### Aim of the task
Reading the listing below, restate each entry exactly as written.

_ _ _

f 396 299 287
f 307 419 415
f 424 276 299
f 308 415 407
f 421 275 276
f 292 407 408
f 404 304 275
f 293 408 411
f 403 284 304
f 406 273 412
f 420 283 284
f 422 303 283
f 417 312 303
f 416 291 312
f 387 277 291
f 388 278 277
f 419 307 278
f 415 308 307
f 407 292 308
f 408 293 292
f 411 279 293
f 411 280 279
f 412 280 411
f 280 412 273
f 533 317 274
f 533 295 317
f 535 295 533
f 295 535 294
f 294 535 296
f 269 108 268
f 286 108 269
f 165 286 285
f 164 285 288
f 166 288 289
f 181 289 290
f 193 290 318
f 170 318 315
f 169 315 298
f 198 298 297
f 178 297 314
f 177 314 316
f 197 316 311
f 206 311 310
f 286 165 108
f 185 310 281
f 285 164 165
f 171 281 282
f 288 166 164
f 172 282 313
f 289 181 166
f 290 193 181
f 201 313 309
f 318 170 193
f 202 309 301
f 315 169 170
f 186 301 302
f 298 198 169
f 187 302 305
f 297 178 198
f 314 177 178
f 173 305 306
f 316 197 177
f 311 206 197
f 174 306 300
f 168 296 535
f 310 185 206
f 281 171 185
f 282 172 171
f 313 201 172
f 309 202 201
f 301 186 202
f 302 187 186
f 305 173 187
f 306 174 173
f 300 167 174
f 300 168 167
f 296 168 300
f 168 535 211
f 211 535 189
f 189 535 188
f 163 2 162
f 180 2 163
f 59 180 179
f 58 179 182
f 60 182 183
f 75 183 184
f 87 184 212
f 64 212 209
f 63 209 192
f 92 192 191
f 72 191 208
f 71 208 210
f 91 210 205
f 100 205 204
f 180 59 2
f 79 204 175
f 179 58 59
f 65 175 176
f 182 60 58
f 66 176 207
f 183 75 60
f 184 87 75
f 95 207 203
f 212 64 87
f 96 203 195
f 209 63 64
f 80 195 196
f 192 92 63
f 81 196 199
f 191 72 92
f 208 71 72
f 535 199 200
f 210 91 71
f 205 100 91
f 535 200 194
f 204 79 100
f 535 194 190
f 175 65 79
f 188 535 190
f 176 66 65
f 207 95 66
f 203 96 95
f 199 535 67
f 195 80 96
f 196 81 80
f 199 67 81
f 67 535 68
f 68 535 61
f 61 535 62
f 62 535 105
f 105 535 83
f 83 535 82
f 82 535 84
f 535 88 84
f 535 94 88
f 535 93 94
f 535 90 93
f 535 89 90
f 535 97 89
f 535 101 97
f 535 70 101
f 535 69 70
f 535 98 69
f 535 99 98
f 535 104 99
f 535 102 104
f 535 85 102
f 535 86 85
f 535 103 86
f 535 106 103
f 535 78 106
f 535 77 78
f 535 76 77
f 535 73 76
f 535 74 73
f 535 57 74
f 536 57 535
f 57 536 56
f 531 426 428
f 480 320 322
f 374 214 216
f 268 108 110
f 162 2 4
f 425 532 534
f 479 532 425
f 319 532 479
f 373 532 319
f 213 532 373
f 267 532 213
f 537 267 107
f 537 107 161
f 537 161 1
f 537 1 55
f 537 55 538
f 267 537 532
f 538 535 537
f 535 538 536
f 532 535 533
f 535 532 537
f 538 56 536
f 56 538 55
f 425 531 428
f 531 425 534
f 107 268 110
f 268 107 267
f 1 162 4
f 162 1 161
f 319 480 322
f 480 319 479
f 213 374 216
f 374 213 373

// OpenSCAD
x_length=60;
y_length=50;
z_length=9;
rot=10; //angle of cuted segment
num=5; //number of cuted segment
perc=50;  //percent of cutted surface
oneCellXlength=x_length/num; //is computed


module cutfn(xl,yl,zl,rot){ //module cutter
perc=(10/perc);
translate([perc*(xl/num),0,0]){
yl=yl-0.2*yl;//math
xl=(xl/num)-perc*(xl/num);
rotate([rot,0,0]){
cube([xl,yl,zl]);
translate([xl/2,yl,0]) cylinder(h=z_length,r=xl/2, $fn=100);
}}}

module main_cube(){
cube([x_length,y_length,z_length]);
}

_ _ _

### Answer for the task
f 396 299 287
f 307 419 415
f 424 276 299
f 308 415 407
f 421 275 276
f 292 407 408
f 404 304 275
f 293 408 411
f 403 284 304
f 406 273 412
f 420 283 284
f 422 303 283
f 417 312 303
f 416 291 312
f 387 277 291
f 388 278 277
f 419 307 278
f 415 308 307
f 407 292 308
f 408 293 292
f 411 279 293
f 411 280 279
f 412 280 411
f 280 412 273
f 533 317 274
f 533 295 317
f 535 295 533
f 295 535 294
f 294 535 296
f 269 108 268
f 286 108 269
f 165 286 285
f 164 285 288
f 166 288 289
f 181 289 290
f 193 290 318
f 170 318 315
f 169 315 298
f 198 298 297
f 178 297 314
f 177 314 316
f 197 316 311
f 206 311 310
f 286 165 108
f 185 310 281
f 285 164 165
f 171 281 282
f 288 166 164
f 172 282 313
f 289 181 166
f 290 193 181
f 201 313 309
f 318 170 193
f 202 309 301
f 315 169 170
f 186 301 302
f 298 198 169
f 187 302 305
f 297 178 198
f 314 177 178
f 173 305 306
f 316 197 177
f 311 206 197
f 174 306 300
f 168 296 535
f 310 185 206
f 281 171 185
f 282 172 171
f 313 201 172
f 309 202 201
f 301 186 202
f 302 187 186
f 305 173 187
f 306 174 173
f 300 167 174
f 300 168 167
f 296 168 300
f 168 535 211
f 211 535 189
f 189 535 188
f 163 2 162
f 180 2 163
f 59 180 179
f 58 179 182
f 60 182 183
f 75 183 184
f 87 184 212
f 64 212 209
f 63 209 192
f 92 192 191
f 72 191 208
f 71 208 210
f 91 210 205
f 100 205 204
f 180 59 2
f 79 204 175
f 179 58 59
f 65 175 176
f 182 60 58
f 66 176 207
f 183 75 60
f 184 87 75
f 95 207 203
f 212 64 87
f 96 203 195
f 209 63 64
f 80 195 196
f 192 92 63
f 81 196 199
f 191 72 92
f 208 71 72
f 535 199 200
f 210 91 71
f 205 100 91
f 535 200 194
f 204 79 100
f 535 194 190
f 175 65 79
f 188 535 190
f 176 66 65
f 207 95 66
f 203 96 95
f 199 535 67
f 195 80 96
f 196 81 80
f 199 67 81
f 67 535 68
f 68 535 61
f 61 535 62
f 62 535 105
f 105 535 83
f 83 535 82
f 82 535 84
f 535 88 84
f 535 94 88
f 535 93 94
f 535 90 93
f 535 89 90
f 535 97 89
f 535 101 97
f 535 70 101
f 535 69 70
f 535 98 69
f 535 99 98
f 535 104 99
f 535 102 104
f 535 85 102
f 535 86 85
f 535 103 86
f 535 106 103
f 535 78 106
f 535 77 78
f 535 76 77
f 535 73 76
f 535 74 73
f 535 57 74
f 536 57 535
f 57 536 56
f 531 426 428
f 480 320 322
f 374 214 216
f 268 108 110
f 162 2 4
f 425 532 534
f 479 532 425
f 319 532 479
f 373 532 319
f 213 532 373
f 267 532 213
f 537 267 107
f 537 107 161
f 537 161 1
f 537 1 55
f 537 55 538
f 267 537 532
f 538 535 537
f 535 538 536
f 532 535 533
f 535 532 537
f 538 56 536
f 56 538 55
f 425 531 428
f 531 425 534
f 107 268 110
f 268 107 267
f 1 162 4
f 162 1 161
f 319 480 322
f 480 319 479
f 213 374 216
f 374 213 373

// OpenSCAD
x_length=60;
y_length=50;
z_length=9;
rot=10; //angle of cuted segment
num=5; //number of cuted segment
perc=50;  //percent of cutted surface
oneCellXlength=x_length/num; //is computed


module cutfn(xl,yl,zl,rot){ //module cutter
perc=(10/perc);
translate([perc*(xl/num),0,0]){
yl=yl-0.2*yl;//math
xl=(xl/num)-perc*(xl/num);
rotate([rot,0,0]){
cube([xl,yl,zl]);
translate([xl/2,yl,0]) cylinder(h=z_length,r=xl/2, $fn=100);
}}}

module main_cube(){
cube([x_length,y_length,z_length]);
}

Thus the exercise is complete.